L’importance de reconnaître les erreurs passées
Face aux preuves historiques accablantes qui comprennent des sources primaires, des récits de témoins – incluant ceux de gens responsables des atrocités – et des souvenirs de survivants, le gouvernement turc continue malgré tout de nier le génocide des chrétiens arméniens, grecs et assyriens d’Anatolie. Un siècle plus tard, le déni du génocide punit les Turcs, diabolise les victimes de la Turquie et nuit à la réconciliation avec ses minorités et ses voisins. Comme l’a si bien dit Taner Akçam, le premier historien turc à reconnaître le génocide arménien : une société ou un État qui ne reconnaît pas ses erreurs passées a de fortes chances de les recommencer.
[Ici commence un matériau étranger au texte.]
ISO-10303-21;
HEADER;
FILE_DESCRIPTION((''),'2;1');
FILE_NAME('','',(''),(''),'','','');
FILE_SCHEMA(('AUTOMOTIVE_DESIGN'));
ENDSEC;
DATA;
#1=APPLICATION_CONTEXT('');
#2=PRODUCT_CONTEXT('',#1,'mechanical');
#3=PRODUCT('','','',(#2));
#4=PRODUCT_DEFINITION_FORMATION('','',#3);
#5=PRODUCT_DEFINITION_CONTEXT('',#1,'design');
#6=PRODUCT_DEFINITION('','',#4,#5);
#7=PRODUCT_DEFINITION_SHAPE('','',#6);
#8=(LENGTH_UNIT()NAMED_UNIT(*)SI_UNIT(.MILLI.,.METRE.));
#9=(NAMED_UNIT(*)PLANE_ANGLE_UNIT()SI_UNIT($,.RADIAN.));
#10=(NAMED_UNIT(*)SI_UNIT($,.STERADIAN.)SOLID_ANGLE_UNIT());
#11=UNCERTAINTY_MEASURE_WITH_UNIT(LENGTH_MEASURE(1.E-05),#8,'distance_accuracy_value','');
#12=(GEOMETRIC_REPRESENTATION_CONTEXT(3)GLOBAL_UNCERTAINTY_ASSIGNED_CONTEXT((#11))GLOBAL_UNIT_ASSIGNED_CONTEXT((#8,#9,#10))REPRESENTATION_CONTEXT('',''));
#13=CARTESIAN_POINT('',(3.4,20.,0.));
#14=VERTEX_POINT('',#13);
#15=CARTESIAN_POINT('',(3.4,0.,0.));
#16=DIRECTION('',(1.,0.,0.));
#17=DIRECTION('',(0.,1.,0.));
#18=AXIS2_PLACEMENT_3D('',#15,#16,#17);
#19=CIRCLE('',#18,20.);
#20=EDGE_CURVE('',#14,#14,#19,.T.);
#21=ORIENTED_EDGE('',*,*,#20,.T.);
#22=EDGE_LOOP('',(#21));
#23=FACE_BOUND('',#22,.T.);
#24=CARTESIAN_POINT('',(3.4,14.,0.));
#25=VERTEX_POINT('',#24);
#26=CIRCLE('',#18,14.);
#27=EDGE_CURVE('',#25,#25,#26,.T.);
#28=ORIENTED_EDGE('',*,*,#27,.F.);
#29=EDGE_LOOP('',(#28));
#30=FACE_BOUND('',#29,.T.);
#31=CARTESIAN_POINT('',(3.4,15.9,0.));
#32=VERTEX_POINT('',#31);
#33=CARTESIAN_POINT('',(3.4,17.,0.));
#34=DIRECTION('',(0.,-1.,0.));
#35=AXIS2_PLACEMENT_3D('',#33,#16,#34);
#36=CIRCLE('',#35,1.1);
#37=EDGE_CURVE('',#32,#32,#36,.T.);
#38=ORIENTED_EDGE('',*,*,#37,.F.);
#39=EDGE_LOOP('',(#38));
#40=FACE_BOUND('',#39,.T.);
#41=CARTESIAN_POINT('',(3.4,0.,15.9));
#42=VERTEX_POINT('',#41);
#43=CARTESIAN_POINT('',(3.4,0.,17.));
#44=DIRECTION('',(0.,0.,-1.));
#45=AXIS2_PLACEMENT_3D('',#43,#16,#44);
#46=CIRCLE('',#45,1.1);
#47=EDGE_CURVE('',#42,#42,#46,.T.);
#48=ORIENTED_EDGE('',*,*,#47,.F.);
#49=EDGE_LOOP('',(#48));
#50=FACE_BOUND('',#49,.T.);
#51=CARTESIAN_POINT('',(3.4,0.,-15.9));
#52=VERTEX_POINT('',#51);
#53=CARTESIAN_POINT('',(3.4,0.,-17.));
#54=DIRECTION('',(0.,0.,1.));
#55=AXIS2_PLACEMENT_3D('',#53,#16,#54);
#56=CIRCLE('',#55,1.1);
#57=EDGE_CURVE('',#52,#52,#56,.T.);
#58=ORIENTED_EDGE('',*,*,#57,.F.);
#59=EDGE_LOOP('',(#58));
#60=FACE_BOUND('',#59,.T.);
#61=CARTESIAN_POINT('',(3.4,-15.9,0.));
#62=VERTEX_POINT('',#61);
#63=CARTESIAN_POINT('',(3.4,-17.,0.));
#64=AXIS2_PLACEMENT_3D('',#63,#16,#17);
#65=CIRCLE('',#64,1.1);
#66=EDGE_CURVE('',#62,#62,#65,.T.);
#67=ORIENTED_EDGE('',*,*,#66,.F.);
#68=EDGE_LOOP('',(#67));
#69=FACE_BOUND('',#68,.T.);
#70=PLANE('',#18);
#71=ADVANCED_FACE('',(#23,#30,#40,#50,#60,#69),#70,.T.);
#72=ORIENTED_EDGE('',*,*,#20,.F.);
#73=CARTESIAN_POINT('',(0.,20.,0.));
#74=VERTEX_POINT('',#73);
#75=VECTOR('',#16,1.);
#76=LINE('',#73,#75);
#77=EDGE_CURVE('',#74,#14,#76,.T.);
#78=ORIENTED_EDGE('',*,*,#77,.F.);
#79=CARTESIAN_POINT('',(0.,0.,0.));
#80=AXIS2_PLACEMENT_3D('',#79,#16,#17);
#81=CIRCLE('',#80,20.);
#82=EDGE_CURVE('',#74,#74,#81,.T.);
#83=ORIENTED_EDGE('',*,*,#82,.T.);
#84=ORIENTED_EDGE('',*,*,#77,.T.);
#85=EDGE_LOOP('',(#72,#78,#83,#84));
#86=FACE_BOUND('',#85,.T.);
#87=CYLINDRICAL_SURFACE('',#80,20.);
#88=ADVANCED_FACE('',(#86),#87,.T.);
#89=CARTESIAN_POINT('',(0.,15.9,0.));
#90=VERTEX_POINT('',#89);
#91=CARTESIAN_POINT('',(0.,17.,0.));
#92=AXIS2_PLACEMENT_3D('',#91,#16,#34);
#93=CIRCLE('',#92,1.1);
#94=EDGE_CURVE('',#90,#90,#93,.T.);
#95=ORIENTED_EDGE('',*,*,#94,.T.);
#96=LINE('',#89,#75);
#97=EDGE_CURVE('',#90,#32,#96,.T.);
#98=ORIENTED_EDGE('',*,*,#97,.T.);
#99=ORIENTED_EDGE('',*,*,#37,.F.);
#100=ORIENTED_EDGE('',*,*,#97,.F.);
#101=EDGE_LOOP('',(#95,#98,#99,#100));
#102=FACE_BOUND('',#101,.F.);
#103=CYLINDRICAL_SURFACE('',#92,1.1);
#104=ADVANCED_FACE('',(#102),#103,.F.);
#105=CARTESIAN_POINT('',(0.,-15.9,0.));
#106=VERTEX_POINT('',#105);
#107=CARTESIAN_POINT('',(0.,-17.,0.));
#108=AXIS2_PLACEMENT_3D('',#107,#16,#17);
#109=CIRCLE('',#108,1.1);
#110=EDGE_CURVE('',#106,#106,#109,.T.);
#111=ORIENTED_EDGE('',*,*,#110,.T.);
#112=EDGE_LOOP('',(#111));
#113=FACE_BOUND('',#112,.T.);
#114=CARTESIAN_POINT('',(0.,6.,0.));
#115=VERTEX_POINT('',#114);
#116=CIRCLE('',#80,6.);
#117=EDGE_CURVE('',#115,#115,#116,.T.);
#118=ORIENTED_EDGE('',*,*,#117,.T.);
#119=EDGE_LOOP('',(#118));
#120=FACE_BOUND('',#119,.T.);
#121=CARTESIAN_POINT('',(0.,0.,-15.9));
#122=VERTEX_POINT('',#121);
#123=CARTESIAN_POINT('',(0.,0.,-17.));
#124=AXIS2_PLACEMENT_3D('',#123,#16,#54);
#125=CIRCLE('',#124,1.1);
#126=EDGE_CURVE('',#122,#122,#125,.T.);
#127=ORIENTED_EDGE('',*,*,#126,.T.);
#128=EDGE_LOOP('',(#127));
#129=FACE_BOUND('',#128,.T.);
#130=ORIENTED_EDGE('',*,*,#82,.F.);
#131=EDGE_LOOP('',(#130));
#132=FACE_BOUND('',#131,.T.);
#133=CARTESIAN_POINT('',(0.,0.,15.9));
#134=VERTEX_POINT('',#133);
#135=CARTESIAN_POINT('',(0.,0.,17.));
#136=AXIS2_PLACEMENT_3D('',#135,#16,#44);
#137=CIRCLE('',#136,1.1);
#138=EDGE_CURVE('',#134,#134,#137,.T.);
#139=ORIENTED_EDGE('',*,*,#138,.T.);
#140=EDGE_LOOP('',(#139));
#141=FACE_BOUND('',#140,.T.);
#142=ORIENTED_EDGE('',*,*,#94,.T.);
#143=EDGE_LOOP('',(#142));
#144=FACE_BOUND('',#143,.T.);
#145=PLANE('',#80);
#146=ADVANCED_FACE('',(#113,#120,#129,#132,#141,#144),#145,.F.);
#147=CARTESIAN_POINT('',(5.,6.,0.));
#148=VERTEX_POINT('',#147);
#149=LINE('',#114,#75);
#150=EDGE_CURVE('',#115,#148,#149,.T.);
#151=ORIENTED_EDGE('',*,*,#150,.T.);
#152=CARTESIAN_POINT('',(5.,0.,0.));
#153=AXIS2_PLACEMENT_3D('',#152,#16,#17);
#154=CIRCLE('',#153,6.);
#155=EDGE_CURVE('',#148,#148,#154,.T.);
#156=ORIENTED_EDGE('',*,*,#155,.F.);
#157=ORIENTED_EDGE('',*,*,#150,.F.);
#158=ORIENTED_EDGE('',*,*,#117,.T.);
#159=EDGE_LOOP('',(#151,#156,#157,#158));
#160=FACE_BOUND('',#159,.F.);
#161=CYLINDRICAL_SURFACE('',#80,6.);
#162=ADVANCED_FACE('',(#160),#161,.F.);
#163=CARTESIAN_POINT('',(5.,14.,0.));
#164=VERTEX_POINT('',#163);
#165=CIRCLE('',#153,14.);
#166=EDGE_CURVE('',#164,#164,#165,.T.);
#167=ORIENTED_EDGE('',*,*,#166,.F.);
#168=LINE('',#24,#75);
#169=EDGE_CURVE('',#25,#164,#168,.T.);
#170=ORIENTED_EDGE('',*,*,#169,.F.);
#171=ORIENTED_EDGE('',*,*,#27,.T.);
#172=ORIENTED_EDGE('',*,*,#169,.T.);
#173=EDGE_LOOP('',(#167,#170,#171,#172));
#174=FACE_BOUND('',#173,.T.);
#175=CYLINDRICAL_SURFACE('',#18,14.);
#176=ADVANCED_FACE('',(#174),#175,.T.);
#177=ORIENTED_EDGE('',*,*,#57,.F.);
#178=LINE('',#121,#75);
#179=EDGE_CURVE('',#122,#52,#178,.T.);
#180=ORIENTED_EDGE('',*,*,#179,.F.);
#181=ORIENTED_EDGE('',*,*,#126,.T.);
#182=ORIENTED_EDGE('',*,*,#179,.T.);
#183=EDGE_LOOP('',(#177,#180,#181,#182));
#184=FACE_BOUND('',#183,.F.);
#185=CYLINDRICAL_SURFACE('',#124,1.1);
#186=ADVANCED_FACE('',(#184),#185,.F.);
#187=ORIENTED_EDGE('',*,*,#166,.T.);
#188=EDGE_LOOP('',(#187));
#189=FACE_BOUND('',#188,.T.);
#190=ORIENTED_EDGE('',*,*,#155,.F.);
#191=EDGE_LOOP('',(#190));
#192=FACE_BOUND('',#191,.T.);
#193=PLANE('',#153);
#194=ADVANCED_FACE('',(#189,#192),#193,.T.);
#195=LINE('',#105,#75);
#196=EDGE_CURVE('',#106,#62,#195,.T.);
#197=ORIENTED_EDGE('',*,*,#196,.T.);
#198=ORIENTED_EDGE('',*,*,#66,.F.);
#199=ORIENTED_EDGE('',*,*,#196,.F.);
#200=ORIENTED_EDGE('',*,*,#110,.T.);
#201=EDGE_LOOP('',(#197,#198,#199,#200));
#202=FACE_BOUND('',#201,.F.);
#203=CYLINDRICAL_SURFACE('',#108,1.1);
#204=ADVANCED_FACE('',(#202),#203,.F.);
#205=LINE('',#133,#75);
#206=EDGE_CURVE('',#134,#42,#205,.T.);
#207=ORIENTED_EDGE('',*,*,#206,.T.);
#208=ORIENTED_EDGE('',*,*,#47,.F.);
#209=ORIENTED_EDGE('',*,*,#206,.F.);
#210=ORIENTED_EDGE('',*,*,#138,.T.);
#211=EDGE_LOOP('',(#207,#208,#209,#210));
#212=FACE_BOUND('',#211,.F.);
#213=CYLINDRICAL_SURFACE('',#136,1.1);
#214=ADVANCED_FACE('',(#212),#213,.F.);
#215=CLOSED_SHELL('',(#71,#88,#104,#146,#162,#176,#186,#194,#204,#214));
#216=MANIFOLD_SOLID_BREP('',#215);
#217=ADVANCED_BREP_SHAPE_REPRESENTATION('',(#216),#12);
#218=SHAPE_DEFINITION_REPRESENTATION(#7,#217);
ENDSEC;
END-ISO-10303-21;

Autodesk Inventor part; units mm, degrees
ref_plane "YZ Plane" through (0, 0, 0) normal (1, 0, 0) x (0, 1, 0)
ref_plane "XZ Plane" through (0, 0, 0) normal (0, 1, 0) x (-1, 0, 0)
ref_plane "XY Plane" through (0, 0, 0) normal (0, 0, 1) x (1, 0, 0)
sketch "Sketch1" plane through (0, 0, 0) normal (0, 0, 1) x (1, 0, 0)
  line L0 (-11.0022, 0) -> (11.0022, 0) construction
  line L1 (0, 10.3849) -> (0, -10.3849) construction
  line L2 (0, 0) -> (0, 20)
  line L3 (0, 20) -> (3.4, 20)
  line L4 (3.4, 20) -> (3.4, 14)
  line L5 (3.4, 14) -> (5, 14)
  line L6 (5, 14) -> (5, 0)
  line L7 (5, 0) -> (0, 0)
  line L8 (0, 6) -> (5, 6)
  dimension "d0" = 40
  dimension "d1" = 28
  dimension "d2" = 1.6
  dimension "d4" = 12
  dimension "d17" = 5
revolve "Revolution1" add sketch "Sketch1" angle 360 about axis through (-11.0022, 0, 0) along (1, 0, 0) contours L2 L3 L4 L5 L6 L8
sketch "Sketch2" plane through (0, 0, 0) normal (-1, 0, 0) x (0, 0, 1)
  circle A0 centre (0, 0) radius 17 construction
  line L0 (0, 0) -> (-21.4597, 0) construction
  point P0 (-17, 0)
  dimension "d6" = 34
hole "Hole1" at (0, 0, -17) direction (1, 0, 0) diameter 2.2 depth 8 tip angle 118
pattern_circular "Circular Pattern1" count 4 over 360 about axis through (2.5, 0, 0) along (1, 0, 0) of "Hole1"
properties part number "P04" material "Aluminium"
Aujourd’hui, les relations de la Turquie avec la plupart de ses voisins vont de l’hostilité à l’inexistence. D’une part, la Turquie a envahi la Syrie et l’Irak, occupe actuellement 37 % de Chypre depuis 48 ans et n’entretient pas de relations diplomatiques avec l’Arménie. D’autre part, la doctrine turque du Mavi Vatan – la patrie bleue – exacerbe les tensions avec la Grèce, en contestant sa souveraineté sur les îles grecques de la mer Égée et en revendiquant une zone économique exclusive qui s’étend jusqu’à mi-chemin du continent grec. Bien qu’un siècle se soit écoulé depuis le génocide des chrétiens arméniens, grecs et assyriens d’Anatolie, le révisionnisme expansionniste de la Turquie ne fait qu’ajouter l’insulte à la blessure pour ses victimes.
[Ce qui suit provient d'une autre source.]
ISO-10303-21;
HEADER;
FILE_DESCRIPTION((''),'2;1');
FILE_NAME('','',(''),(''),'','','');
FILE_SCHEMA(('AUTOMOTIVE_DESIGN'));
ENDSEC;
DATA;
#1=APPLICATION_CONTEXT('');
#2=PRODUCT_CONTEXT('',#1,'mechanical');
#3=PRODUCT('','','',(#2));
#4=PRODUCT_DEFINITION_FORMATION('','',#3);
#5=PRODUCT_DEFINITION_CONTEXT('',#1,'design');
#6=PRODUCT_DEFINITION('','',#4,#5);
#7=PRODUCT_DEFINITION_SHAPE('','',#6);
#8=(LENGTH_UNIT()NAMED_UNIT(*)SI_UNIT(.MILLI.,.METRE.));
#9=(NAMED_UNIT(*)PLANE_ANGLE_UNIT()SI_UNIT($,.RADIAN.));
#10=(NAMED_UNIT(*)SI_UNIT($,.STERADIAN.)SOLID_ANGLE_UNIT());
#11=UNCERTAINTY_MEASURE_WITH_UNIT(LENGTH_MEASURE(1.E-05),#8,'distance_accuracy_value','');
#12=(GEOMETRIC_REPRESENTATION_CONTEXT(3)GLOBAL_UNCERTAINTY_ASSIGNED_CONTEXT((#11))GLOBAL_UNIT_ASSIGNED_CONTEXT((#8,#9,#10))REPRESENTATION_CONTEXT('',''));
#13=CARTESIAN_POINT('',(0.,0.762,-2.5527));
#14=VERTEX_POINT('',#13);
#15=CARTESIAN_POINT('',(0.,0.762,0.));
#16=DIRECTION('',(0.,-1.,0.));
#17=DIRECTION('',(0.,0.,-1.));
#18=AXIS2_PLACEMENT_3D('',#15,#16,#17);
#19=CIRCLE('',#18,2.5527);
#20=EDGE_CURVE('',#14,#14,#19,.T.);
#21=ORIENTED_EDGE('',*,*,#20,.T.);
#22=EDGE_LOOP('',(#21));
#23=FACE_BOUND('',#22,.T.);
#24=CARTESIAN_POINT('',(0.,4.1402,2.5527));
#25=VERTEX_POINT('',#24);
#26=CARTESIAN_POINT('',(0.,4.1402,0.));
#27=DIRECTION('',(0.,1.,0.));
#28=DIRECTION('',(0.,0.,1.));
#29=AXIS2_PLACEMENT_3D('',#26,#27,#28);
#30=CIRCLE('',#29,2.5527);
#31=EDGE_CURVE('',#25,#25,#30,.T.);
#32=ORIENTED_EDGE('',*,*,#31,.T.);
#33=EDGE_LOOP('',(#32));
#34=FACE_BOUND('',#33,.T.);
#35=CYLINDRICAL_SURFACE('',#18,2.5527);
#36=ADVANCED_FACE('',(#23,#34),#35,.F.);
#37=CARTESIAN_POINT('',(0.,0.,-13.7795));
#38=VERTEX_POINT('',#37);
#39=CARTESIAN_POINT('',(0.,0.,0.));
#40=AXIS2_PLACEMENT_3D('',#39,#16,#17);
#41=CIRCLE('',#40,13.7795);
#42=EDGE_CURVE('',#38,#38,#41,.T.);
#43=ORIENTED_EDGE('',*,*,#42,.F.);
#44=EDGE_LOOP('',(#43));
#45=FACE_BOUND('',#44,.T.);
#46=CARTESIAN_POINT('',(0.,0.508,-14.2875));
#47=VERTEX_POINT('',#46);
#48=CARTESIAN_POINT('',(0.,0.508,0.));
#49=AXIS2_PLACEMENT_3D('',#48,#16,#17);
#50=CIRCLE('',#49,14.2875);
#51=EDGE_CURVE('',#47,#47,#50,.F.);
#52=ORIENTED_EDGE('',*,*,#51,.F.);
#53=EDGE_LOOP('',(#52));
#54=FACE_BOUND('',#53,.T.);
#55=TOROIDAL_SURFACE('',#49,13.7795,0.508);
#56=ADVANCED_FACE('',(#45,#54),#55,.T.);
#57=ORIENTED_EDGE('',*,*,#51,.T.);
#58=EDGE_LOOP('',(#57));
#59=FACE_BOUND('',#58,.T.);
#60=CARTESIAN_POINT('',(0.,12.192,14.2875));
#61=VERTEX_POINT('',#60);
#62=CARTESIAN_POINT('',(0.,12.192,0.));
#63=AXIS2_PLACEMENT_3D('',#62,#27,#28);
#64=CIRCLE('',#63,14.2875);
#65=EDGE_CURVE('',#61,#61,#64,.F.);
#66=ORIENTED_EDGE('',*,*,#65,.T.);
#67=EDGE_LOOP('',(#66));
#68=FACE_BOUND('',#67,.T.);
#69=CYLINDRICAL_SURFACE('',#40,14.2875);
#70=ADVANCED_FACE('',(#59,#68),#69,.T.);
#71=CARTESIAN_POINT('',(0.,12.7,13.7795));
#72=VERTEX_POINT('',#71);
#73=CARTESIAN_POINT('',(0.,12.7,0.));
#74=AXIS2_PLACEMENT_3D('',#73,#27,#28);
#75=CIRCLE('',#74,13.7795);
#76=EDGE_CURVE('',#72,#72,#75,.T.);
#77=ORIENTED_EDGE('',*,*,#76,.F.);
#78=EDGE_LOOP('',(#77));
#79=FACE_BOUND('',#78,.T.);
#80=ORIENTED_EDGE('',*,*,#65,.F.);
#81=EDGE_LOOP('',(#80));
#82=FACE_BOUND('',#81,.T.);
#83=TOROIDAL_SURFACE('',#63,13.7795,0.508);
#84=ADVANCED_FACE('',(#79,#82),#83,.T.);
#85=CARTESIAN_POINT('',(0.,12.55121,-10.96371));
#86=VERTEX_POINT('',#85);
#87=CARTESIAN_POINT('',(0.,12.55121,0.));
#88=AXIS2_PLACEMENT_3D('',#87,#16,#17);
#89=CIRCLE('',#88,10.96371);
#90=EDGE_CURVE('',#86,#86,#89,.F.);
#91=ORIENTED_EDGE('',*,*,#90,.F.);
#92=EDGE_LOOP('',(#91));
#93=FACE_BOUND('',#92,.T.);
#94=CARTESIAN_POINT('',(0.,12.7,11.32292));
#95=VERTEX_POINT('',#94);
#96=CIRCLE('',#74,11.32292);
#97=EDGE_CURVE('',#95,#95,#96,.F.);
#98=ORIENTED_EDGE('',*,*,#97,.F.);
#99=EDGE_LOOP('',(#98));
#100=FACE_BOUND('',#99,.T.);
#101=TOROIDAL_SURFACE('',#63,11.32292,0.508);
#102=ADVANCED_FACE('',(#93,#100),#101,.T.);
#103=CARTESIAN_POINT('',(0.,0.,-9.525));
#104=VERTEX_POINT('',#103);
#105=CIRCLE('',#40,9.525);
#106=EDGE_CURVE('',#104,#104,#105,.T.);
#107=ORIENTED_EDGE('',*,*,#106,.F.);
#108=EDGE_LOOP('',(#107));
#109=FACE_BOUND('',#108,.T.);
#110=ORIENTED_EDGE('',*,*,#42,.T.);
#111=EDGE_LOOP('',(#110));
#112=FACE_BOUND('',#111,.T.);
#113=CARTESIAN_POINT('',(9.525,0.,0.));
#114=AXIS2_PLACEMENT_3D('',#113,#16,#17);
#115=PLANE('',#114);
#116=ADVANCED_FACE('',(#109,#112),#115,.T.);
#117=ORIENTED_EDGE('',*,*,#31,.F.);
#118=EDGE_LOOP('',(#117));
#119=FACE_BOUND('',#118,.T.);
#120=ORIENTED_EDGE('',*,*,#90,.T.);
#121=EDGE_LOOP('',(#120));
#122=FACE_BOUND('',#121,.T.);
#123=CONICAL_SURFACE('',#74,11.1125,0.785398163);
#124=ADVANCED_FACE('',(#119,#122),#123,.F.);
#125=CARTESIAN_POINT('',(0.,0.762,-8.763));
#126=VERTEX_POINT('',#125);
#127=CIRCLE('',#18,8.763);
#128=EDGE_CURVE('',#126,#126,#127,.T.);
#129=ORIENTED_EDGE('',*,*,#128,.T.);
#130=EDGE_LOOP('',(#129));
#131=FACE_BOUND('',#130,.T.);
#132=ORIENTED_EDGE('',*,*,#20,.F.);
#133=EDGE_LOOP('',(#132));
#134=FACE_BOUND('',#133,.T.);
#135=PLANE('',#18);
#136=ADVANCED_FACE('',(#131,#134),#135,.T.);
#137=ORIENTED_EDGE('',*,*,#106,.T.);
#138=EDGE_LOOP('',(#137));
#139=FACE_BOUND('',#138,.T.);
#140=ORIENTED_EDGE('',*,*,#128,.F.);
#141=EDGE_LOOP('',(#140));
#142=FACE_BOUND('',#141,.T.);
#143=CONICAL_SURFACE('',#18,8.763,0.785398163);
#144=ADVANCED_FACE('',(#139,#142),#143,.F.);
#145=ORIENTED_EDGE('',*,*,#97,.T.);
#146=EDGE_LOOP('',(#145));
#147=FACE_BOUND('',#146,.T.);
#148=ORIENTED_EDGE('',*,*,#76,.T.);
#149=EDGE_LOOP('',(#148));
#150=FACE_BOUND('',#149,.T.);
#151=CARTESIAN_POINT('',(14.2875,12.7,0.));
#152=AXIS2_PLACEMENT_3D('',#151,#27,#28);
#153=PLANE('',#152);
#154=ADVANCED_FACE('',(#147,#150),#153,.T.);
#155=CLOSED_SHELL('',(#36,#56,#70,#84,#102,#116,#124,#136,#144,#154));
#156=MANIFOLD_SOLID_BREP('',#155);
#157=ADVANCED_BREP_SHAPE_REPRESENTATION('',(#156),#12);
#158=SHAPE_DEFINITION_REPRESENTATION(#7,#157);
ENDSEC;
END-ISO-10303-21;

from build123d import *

# Parameters (mm, degrees)
FILLET1_R               = 0.508
F_1_4_20_TAPPED_HOLE1_D = 5.1054


with BuildPart() as part:
    # Sketch1 → Revolve1 (revolve)
    with BuildSketch(Plane.XY, mode=Mode.PRIVATE) as revolve1_sk:
        Polygon((0, 0.762), (8.763, 0.762), (9.525, 0), (14.2875, 0), (14.2875, 12.7), (11.1125, 12.7), (0, 1.5875), align=None)
    revolve(revolve1_sk.sketch.rotate(Axis((0, 0, 0), (0, 1, 0)), 90), axis=Axis((0, 0, 0), (0, 1, 0)))  # turned: the seam where the file's is

    # Fillet1
    fillet1_edges = [part.edges().sort_by_distance(p)[0] for p in [
        (0, 0, 14.2875),
        (0, 12.7, 14.2875),
        (0, 12.7, 11.1125),
    ]]
    fillet(fillet1_edges, radius=FILLET1_R)

    # 1_4-20 Tapped Hole1 (through all)
    with Locations(Plane(origin=(0, 0.762, 0), x_dir=(-1, 0, 0), z_dir=(0, -1, 0))):
        with Locations((0, 0)):
            Hole(F_1_4_20_TAPPED_HOLE1_D / 2)


solid = part.part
L’Association internationale des spécialistes du génocide a reconnu que la campagne de déchristianisation et de turquification de l’Anatolie menée par l’Empire ottoman, puis par la Turquie, constituait un génocide contre les Arméniens, les Assyriens et les Grecs ottomans
Bien que le Parlement du Canada et l’Assemblée nationale du Québec aient reconnu le Génocide arménien en 2004, ils n’ont pas encore reconnu le Génocide grec. Prenant les choses en main, les villes de Montréal et de Laval ont adopté des résolutions pour reconnaître le génocide pontique, respectivement en 2017 et 2018. En tant que promoteurs mondiaux des droits de la personne et foyer de plus de 270 000 Canadiens d’origine hellénique, le Canada et le Québec devraient commémorer le 100e anniversaire de la Grande Catastrophe le 14 septembre 2022, et reconnaître le génocide grec.